What you are asked to do: Among the entries below, take the line with "#38=ORIENTED_EDGE('',*,*,#20,.T.);" and the line with "END-ISO-10303-21;", and output them and every line between them exactly, with nothing else.

Saved entries
⁂
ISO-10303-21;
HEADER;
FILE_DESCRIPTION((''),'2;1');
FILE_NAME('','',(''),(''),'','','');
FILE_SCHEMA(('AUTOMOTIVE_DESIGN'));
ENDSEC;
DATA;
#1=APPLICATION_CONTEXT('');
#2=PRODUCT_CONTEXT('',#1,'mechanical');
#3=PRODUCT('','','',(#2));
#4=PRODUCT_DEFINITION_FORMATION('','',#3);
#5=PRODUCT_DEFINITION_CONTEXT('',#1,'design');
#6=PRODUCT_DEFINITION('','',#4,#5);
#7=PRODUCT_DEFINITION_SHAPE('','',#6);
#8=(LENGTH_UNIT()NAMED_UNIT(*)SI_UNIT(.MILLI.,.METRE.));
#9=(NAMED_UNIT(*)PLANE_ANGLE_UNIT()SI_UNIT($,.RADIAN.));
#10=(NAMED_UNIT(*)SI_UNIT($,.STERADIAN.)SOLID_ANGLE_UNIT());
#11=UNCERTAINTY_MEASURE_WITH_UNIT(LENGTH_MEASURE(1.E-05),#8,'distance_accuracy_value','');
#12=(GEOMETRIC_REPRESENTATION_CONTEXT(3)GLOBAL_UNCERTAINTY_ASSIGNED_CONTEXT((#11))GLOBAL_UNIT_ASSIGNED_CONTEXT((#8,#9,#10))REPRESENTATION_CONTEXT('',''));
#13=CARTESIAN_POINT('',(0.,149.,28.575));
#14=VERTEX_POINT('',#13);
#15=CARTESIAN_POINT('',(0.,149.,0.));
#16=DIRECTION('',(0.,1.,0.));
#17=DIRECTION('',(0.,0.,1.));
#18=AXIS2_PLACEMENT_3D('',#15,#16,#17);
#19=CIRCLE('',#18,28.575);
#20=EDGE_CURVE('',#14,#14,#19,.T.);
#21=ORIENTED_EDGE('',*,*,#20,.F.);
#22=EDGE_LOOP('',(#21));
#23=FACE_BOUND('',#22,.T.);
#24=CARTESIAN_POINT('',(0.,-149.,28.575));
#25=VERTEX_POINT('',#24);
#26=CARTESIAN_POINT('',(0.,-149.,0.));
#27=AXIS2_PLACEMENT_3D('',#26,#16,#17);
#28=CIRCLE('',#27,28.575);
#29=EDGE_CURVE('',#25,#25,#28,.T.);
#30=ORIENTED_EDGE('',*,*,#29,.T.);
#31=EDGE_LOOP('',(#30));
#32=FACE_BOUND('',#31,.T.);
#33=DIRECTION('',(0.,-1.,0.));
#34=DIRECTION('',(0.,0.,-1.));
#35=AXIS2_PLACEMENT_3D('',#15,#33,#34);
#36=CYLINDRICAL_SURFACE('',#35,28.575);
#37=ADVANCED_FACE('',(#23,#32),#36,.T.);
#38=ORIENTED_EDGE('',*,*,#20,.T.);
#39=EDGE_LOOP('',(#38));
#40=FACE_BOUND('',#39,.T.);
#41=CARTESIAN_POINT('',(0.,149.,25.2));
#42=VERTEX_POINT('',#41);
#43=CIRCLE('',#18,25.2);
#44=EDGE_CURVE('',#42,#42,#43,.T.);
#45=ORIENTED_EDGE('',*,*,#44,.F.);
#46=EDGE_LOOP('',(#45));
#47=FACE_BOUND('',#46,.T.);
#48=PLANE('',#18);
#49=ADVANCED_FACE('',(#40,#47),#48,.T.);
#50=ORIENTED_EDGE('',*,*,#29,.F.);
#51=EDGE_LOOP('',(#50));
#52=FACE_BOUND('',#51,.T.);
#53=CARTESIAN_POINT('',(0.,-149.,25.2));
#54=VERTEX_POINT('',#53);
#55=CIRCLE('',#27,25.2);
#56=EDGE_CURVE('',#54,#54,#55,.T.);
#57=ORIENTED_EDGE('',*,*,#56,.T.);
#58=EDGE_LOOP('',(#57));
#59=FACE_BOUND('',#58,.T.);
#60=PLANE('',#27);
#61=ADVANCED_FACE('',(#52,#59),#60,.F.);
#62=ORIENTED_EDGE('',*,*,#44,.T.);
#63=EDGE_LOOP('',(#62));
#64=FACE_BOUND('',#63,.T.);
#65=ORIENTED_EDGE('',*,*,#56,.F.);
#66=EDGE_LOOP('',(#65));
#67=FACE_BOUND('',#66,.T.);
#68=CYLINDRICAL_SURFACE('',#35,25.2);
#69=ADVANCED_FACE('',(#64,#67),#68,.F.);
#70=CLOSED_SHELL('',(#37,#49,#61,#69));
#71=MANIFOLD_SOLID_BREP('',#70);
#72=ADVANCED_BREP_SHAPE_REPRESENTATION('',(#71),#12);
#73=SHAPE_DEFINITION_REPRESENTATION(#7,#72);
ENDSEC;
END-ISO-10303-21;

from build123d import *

# Parameters (mm, degrees)
SKETCH1_R           = 28.575
SKETCH1_R_2         = 25.2
BOSS_EXTRUDE1_DEPTH = 149


with BuildPart() as part:
    # Sketch1 → Boss-Extrude1 (new body, symmetric)
    with BuildSketch(Plane(origin=(0, 0, 0), x_dir=(1, 0, 0), z_dir=(0, 1, 0))):
        Circle(SKETCH1_R)
        Circle(SKETCH1_R_2, mode=Mode.SUBTRACT)
    extrude(amount=BOSS_EXTRUDE1_DEPTH, both=True)


solid = part.part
⁂
Task response:
#38=ORIENTED_EDGE('',*,*,#20,.T.);
#39=EDGE_LOOP('',(#38));
#40=FACE_BOUND('',#39,.T.);
#41=CARTESIAN_POINT('',(0.,149.,25.2));
#42=VERTEX_POINT('',#41);
#43=CIRCLE('',#18,25.2);
#44=EDGE_CURVE('',#42,#42,#43,.T.);
#45=ORIENTED_EDGE('',*,*,#44,.F.);
#46=EDGE_LOOP('',(#45));
#47=FACE_BOUND('',#46,.T.);
#48=PLANE('',#18);
#49=ADVANCED_FACE('',(#40,#47),#48,.T.);
#50=ORIENTED_EDGE('',*,*,#29,.F.);
#51=EDGE_LOOP('',(#50));
#52=FACE_BOUND('',#51,.T.);
#53=CARTESIAN_POINT('',(0.,-149.,25.2));
#54=VERTEX_POINT('',#53);
#55=CIRCLE('',#27,25.2);
#56=EDGE_CURVE('',#54,#54,#55,.T.);
#57=ORIENTED_EDGE('',*,*,#56,.T.);
#58=EDGE_LOOP('',(#57));
#59=FACE_BOUND('',#58,.T.);
#60=PLANE('',#27);
#61=ADVANCED_FACE('',(#52,#59),#60,.F.);
#62=ORIENTED_EDGE('',*,*,#44,.T.);
#63=EDGE_LOOP('',(#62));
#64=FACE_BOUND('',#63,.T.);
#65=ORIENTED_EDGE('',*,*,#56,.F.);
#66=EDGE_LOOP('',(#65));
#67=FACE_BOUND('',#66,.T.);
#68=CYLINDRICAL_SURFACE('',#35,25.2);
#69=ADVANCED_FACE('',(#64,#67),#68,.F.);
#70=CLOSED_SHELL('',(#37,#49,#61,#69));
#71=MANIFOLD_SOLID_BREP('',#70);
#72=ADVANCED_BREP_SHAPE_REPRESENTATION('',(#71),#12);
#73=SHAPE_DEFINITION_REPRESENTATION(#7,#72);
ENDSEC;
END-ISO-10303-21;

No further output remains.